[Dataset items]
++++++++

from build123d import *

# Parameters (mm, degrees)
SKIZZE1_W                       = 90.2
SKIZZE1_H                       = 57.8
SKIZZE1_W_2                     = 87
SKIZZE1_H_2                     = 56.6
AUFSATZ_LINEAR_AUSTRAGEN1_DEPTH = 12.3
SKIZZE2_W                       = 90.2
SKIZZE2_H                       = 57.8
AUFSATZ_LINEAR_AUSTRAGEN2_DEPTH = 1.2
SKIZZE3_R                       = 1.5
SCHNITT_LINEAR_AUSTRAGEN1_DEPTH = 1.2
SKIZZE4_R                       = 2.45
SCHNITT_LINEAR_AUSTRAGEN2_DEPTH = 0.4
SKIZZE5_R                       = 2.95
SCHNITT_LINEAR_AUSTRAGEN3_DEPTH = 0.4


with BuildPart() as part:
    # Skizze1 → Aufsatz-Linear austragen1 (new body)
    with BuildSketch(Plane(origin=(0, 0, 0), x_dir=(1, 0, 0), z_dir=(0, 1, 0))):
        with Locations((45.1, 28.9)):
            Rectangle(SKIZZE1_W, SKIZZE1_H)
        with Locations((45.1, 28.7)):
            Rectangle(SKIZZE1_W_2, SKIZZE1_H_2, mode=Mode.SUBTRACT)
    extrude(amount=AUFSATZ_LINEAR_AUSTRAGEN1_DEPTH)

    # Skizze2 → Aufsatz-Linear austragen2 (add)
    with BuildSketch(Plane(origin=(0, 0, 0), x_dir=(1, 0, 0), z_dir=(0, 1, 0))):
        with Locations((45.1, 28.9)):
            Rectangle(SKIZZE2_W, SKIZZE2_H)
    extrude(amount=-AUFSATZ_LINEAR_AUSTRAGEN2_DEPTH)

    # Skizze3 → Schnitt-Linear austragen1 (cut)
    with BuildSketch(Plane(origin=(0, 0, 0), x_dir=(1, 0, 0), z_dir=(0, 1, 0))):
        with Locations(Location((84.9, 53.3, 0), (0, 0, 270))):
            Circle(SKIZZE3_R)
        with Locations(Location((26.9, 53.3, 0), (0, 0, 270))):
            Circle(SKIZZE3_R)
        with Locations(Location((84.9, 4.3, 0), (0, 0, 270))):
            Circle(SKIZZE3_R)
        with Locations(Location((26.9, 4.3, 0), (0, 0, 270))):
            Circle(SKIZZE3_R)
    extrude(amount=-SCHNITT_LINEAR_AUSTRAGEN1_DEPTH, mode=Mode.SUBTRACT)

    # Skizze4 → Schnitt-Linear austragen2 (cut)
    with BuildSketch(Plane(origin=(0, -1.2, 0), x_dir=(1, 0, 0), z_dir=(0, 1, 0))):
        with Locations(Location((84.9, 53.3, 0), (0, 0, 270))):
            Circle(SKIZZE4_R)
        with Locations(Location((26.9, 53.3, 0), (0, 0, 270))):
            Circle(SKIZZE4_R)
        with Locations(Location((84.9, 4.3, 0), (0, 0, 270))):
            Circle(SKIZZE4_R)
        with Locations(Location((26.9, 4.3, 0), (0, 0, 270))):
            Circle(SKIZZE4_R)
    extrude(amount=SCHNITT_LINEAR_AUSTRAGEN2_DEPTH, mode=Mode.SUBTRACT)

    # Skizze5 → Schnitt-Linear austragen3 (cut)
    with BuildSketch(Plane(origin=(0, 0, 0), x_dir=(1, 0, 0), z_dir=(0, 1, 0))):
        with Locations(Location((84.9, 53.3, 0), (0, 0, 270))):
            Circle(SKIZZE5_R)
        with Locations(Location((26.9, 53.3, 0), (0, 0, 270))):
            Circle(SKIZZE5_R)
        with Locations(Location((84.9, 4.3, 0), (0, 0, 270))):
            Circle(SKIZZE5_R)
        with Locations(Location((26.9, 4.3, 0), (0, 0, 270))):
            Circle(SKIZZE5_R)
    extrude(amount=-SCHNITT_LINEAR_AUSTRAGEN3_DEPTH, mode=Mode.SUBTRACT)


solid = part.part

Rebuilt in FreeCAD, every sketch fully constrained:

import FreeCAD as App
import Part
import Sketcher
from FreeCAD import Vector

doc = App.newDocument("Part")
params = doc.addObject("Spreadsheet::Sheet", "Params")
for row, (alias, value) in enumerate([
    ("sketch1_width", "87 mm"),
    ("sketch1_width2", "90.2 mm"),
    ("sketch1_height", "57.8 mm"),
    ("sketch1_height2", "56.6 mm"),
    ("pad1_length", "12.3 mm"),
    ("sketch2_width", "90.2 mm"),
    ("sketch2_height", "57.8 mm"),
    ("pad2_length", "1.2 mm"),
    ("sketch3_diameter", "3 mm"),
    ("pocket1_length", "1.2 mm"),
    ("sketch4_diameter", "4.9 mm"),
    ("pocket2_length", "0.4 mm"),
    ("sketch5_diameter", "5.9 mm"),
    ("pocket3_length", "0.4 mm"),
], start=1):
    params.set(f"A{row}", alias)
    params.set(f"B{row}", "=" + value)
    params.setAlias(f"B{row}", alias)

body = doc.addObject("PartDesign::Body", "Body")

# Sketch on XZ plane
sketch1 = doc.addObject("Sketcher::SketchObject", "Sketch")
body.addObject(sketch1)
sketch1.AttachmentSupport = (doc.XZ_Plane, [""])
sketch1.MapMode = "FlatFace"
sketch1.addGeometry(Part.LineSegment(Vector(0, -58, 0), Vector(0, 0, 0)), False)
sketch1.addGeometry(Part.LineSegment(Vector(0, 0, 0), Vector(90, 0, 0)), False)
sketch1.addGeometry(Part.LineSegment(Vector(90, 0, 0), Vector(90, -58, 0)), False)
sketch1.addGeometry(Part.LineSegment(Vector(90, -58, 0), Vector(0, -58, 0)), False)
sketch1.addGeometry(Part.LineSegment(Vector(89, 0, 0), Vector(2, 0, 0)), False)
sketch1.addGeometry(Part.LineSegment(Vector(2, 0, 0), Vector(2, -57, 0)), False)
sketch1.addGeometry(Part.LineSegment(Vector(2, -57, 0), Vector(89, -57, 0)), False)
sketch1.addGeometry(Part.LineSegment(Vector(89, -57, 0), Vector(89, 0, 0)), False)
sketch1.addConstraint(Sketcher.Constraint("Coincident", 0, 2, 1, 1))
sketch1.addConstraint(Sketcher.Constraint("Coincident", 1, 2, 2, 1))
sketch1.addConstraint(Sketcher.Constraint("Coincident", 2, 2, 3, 1))
sketch1.addConstraint(Sketcher.Constraint("Coincident", 3, 2, 0, 1))
sketch1.addConstraint(Sketcher.Constraint("Coincident", 4, 2, 5, 1))
sketch1.addConstraint(Sketcher.Constraint("Coincident", 5, 2, 6, 1))
sketch1.addConstraint(Sketcher.Constraint("Coincident", 6, 2, 7, 1))
sketch1.addConstraint(Sketcher.Constraint("Coincident", 7, 2, 4, 1))
sketch1.addConstraint(Sketcher.Constraint("Vertical", 0))
sketch1.addConstraint(Sketcher.Constraint("Horizontal", 1))
sketch1.addConstraint(Sketcher.Constraint("Vertical", 2))
sketch1.addConstraint(Sketcher.Constraint("Horizontal", 3))
sketch1.addConstraint(Sketcher.Constraint("Horizontal", 4))
sketch1.addConstraint(Sketcher.Constraint("Vertical", 5))
sketch1.addConstraint(Sketcher.Constraint("Horizontal", 6))
sketch1.addConstraint(Sketcher.Constraint("Vertical", 7))
sketch1.addConstraint(Sketcher.Constraint("Coincident", 0, 2, -1, 1))
sketch1.addConstraint(Sketcher.Constraint("DistanceX", 4, 2, 4, 1, 87.0))
sketch1.addConstraint(Sketcher.Constraint("DistanceX", 1, 1, 1, 2, 90.2))
sketch1.addConstraint(Sketcher.Constraint("DistanceY", 0, 1, 0, 2, 57.8))
sketch1.addConstraint(Sketcher.Constraint("DistanceY", 5, 2, 5, 1, 56.6))
sketch1.addConstraint(Sketcher.Constraint("DistanceY", 5, 2, -1, 1, 57.0))
sketch1.addConstraint(Sketcher.Constraint("DistanceX", -1, 1, 4, 2, 1.6))
sketch1.setExpression("Constraints[17]", "Params.sketch1_width")
sketch1.setExpression("Constraints[18]", "Params.sketch1_width2")
sketch1.setExpression("Constraints[19]", "Params.sketch1_height")
sketch1.setExpression("Constraints[20]", "Params.sketch1_height2")
pad1 = doc.addObject("PartDesign::Pad", "Pad")
body.addObject(pad1)
pad1.Profile = sketch1
pad1.setExpression("Length", "Params.pad1_length")
pad1.Reversed = True

# Sketch on XZ plane
sketch2 = doc.addObject("Sketcher::SketchObject", "Sketch001")
body.addObject(sketch2)
sketch2.AttachmentSupport = (doc.XZ_Plane, [""])
sketch2.MapMode = "FlatFace"
sketch2.addGeometry(Part.LineSegment(Vector(0, -58, 0), Vector(0, 0, 0)), False)
sketch2.addGeometry(Part.LineSegment(Vector(0, 0, 0), Vector(90, 0, 0)), False)
sketch2.addGeometry(Part.LineSegment(Vector(90, 0, 0), Vector(90, -58, 0)), False)
sketch2.addGeometry(Part.LineSegment(Vector(90, -58, 0), Vector(0, -58, 0)), False)
sketch2.addConstraint(Sketcher.Constraint("Coincident", 0, 2, 1, 1))
sketch2.addConstraint(Sketcher.Constraint("Coincident", 1, 2, 2, 1))
sketch2.addConstraint(Sketcher.Constraint("Coincident", 2, 2, 3, 1))
sketch2.addConstraint(Sketcher.Constraint("Coincident", 3, 2, 0, 1))
sketch2.addConstraint(Sketcher.Constraint("Vertical", 0))
sketch2.addConstraint(Sketcher.Constraint("Horizontal", 1))
sketch2.addConstraint(Sketcher.Constraint("Vertical", 2))
sketch2.addConstraint(Sketcher.Constraint("Horizontal", 3))
sketch2.addConstraint(Sketcher.Constraint("Coincident", 0, 2, -1, 1))
sketch2.addConstraint(Sketcher.Constraint("DistanceX", 1, 1, 1, 2, 90.2))
sketch2.addConstraint(Sketcher.Constraint("DistanceY", 0, 1, 0, 2, 57.8))
sketch2.setExpression("Constraints[9]", "Params.sketch2_width")
sketch2.setExpression("Constraints[10]", "Params.sketch2_height")
pad2 = doc.addObject("PartDesign::Pad", "Pad001")
body.addObject(pad2)
pad2.Profile = sketch2
pad2.setExpression("Length", "Params.pad2_length")

# Sketch on XZ plane
sketch3 = doc.addObject("Sketcher::SketchObject", "Sketch002")
body.addObject(sketch3)
sketch3.AttachmentSupport = (doc.XZ_Plane, [""])
sketch3.MapMode = "FlatFace"
sketch3.addGeometry(Part.Circle(Vector(84.9, -53.3, 0), Vector(0, 0, 1), 1.5), False)
sketch3.addGeometry(Part.Circle(Vector(26.9, -53.3, 0), Vector(0, 0, 1), 1.5), False)
sketch3.addGeometry(Part.Circle(Vector(84.9, -4.3, 0), Vector(0, 0, 1), 1.5), False)
sketch3.addGeometry(Part.Circle(Vector(26.9, -4.3, 0), Vector(0, 0, 1), 1.5), False)
sketch3.addConstraint(Sketcher.Constraint("Equal", 0, 1))
sketch3.addConstraint(Sketcher.Constraint("Equal", 1, 2))
sketch3.addConstraint(Sketcher.Constraint("Equal", 2, 3))
sketch3.addConstraint(Sketcher.Constraint("Horizontal", 0, 3, 1, 3))
sketch3.addConstraint(Sketcher.Constraint("Horizontal", 2, 3, 3, 3))
sketch3.addConstraint(Sketcher.Constraint("Vertical", 0, 3, 2, 3))
sketch3.addConstraint(Sketcher.Constraint("Vertical", 1, 3, 3, 3))
sketch3.addConstraint(Sketcher.Constraint("Diameter", 0, 3.0))
sketch3.addConstraint(Sketcher.Constraint("DistanceX", 1, 3, 0, 3, 58.0))
sketch3.addConstraint(Sketcher.Constraint("DistanceY", 0, 3, 2, 3, 49.0))
sketch3.addConstraint(Sketcher.Constraint("DistanceX", -1, 1, 0, 3, 84.9))
sketch3.addConstraint(Sketcher.Constraint("DistanceY", 0, 3, -1, 1, 53.3))
sketch3.setExpression("Constraints[7]", "Params.sketch3_diameter")
pocket1 = doc.addObject("PartDesign::Pocket", "Pocket")
body.addObject(pocket1)
pocket1.Profile = sketch3
pocket1.setExpression("Length", "Params.pocket1_length")
pocket1.Reversed = True

# Sketch on XZ plane
sketch4 = doc.addObject("Sketcher::SketchObject", "Sketch003")
body.addObject(sketch4)
sketch4.AttachmentSupport = (doc.XZ_Plane, [""])
sketch4.MapMode = "FlatFace"
sketch4.AttachmentOffset = App.Placement(Vector(0, 0, 1.2), App.Rotation())
sketch4.addGeometry(Part.Circle(Vector(84.9, -53.3, 0), Vector(0, 0, 1), 2.5), False)
sketch4.addGeometry(Part.Circle(Vector(26.9, -53.3, 0), Vector(0, 0, 1), 2.5), False)
sketch4.addGeometry(Part.Circle(Vector(84.9, -4.3, 0), Vector(0, 0, 1), 2.5), False)
sketch4.addGeometry(Part.Circle(Vector(26.9, -4.3, 0), Vector(0, 0, 1), 2.5), False)
sketch4.addConstraint(Sketcher.Constraint("Equal", 0, 1))
sketch4.addConstraint(Sketcher.Constraint("Equal", 1, 2))
sketch4.addConstraint(Sketcher.Constraint("Equal", 2, 3))
sketch4.addConstraint(Sketcher.Constraint("Horizontal", 0, 3, 1, 3))
sketch4.addConstraint(Sketcher.Constraint("Horizontal", 2, 3, 3, 3))
sketch4.addConstraint(Sketcher.Constraint("Vertical", 0, 3, 2, 3))
sketch4.addConstraint(Sketcher.Constraint("Vertical", 1, 3, 3, 3))
sketch4.addConstraint(Sketcher.Constraint("Diameter", 0, 4.9))
sketch4.addConstraint(Sketcher.Constraint("DistanceX", 1, 3, 0, 3, 58.0))
sketch4.addConstraint(Sketcher.Constraint("DistanceY", 0, 3, 2, 3, 49.0))
sketch4.addConstraint(Sketcher.Constraint("DistanceX", -1, 1, 0, 3, 84.9))
sketch4.addConstraint(Sketcher.Constraint("DistanceY", 0, 3, -1, 1, 53.3))
sketch4.setExpression("Constraints[7]", "Params.sketch4_diameter")
pocket2 = doc.addObject("PartDesign::Pocket", "Pocket001")
body.addObject(pocket2)
pocket2.Profile = sketch4
pocket2.setExpression("Length", "Params.pocket2_length")

# Sketch on XZ plane
sketch5 = doc.addObject("Sketcher::SketchObject", "Sketch004")
body.addObject(sketch5)
sketch5.AttachmentSupport = (doc.XZ_Plane, [""])
sketch5.MapMode = "FlatFace"
sketch5.addGeometry(Part.Circle(Vector(84.9, -53.3, 0), Vector(0, 0, 1), 3), False)
sketch5.addGeometry(Part.Circle(Vector(26.9, -53.3, 0), Vector(0, 0, 1), 3), False)
sketch5.addGeometry(Part.Circle(Vector(84.9, -4.3, 0), Vector(0, 0, 1), 3), False)
sketch5.addGeometry(Part.Circle(Vector(26.9, -4.3, 0), Vector(0, 0, 1), 3), False)
sketch5.addConstraint(Sketcher.Constraint("Equal", 0, 1))
sketch5.addConstraint(Sketcher.Constraint("Equal", 1, 2))
sketch5.addConstraint(Sketcher.Constraint("Equal", 2, 3))
sketch5.addConstraint(Sketcher.Constraint("Horizontal", 0, 3, 1, 3))
sketch5.addConstraint(Sketcher.Constraint("Horizontal", 2, 3, 3, 3))
sketch5.addConstraint(Sketcher.Constraint("Vertical", 0, 3, 2, 3))
sketch5.addConstraint(Sketcher.Constraint("Vertical", 1, 3, 3, 3))
sketch5.addConstraint(Sketcher.Constraint("Diameter", 0, 5.9))
sketch5.addConstraint(Sketcher.Constraint("DistanceX", 1, 3, 0, 3, 58.0))
sketch5.addConstraint(Sketcher.Constraint("DistanceY", 0, 3, 2, 3, 49.0))
sketch5.addConstraint(Sketcher.Constraint("DistanceX", -1, 1, 0, 3, 84.9))
sketch5.addConstraint(Sketcher.Constraint("DistanceY", 0, 3, -1, 1, 53.3))
sketch5.setExpression("Constraints[7]", "Params.sketch5_diameter")
pocket3 = doc.addObject("PartDesign::Pocket", "Pocket002")
body.addObject(pocket3)
pocket3.Profile = sketch5
pocket3.setExpression("Length", "Params.pocket3_length")
pocket3.Reversed = True

doc.recompute()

++++++++

* **WHAT THE TASK ASKS**: The answer should consist solely of the lines from the first line above through the one with "# Skizze1 →", both included, repeated exactly.

* **ANSWER AREA**:
from build123d import *

# Parameters (mm, degrees)
SKIZZE1_W                       = 90.2
SKIZZE1_H                       = 57.8
SKIZZE1_W_2                     = 87
SKIZZE1_H_2                     = 56.6
AUFSATZ_LINEAR_AUSTRAGEN1_DEPTH = 12.3
SKIZZE2_W                       = 90.2
SKIZZE2_H                       = 57.8
AUFSATZ_LINEAR_AUSTRAGEN2_DEPTH = 1.2
SKIZZE3_R                       = 1.5
SCHNITT_LINEAR_AUSTRAGEN1_DEPTH = 1.2
SKIZZE4_R                       = 2.45
SCHNITT_LINEAR_AUSTRAGEN2_DEPTH = 0.4
SKIZZE5_R                       = 2.95
SCHNITT_LINEAR_AUSTRAGEN3_DEPTH = 0.4


with BuildPart() as part:
    # Skizze1 → Aufsatz-Linear austragen1 (new body)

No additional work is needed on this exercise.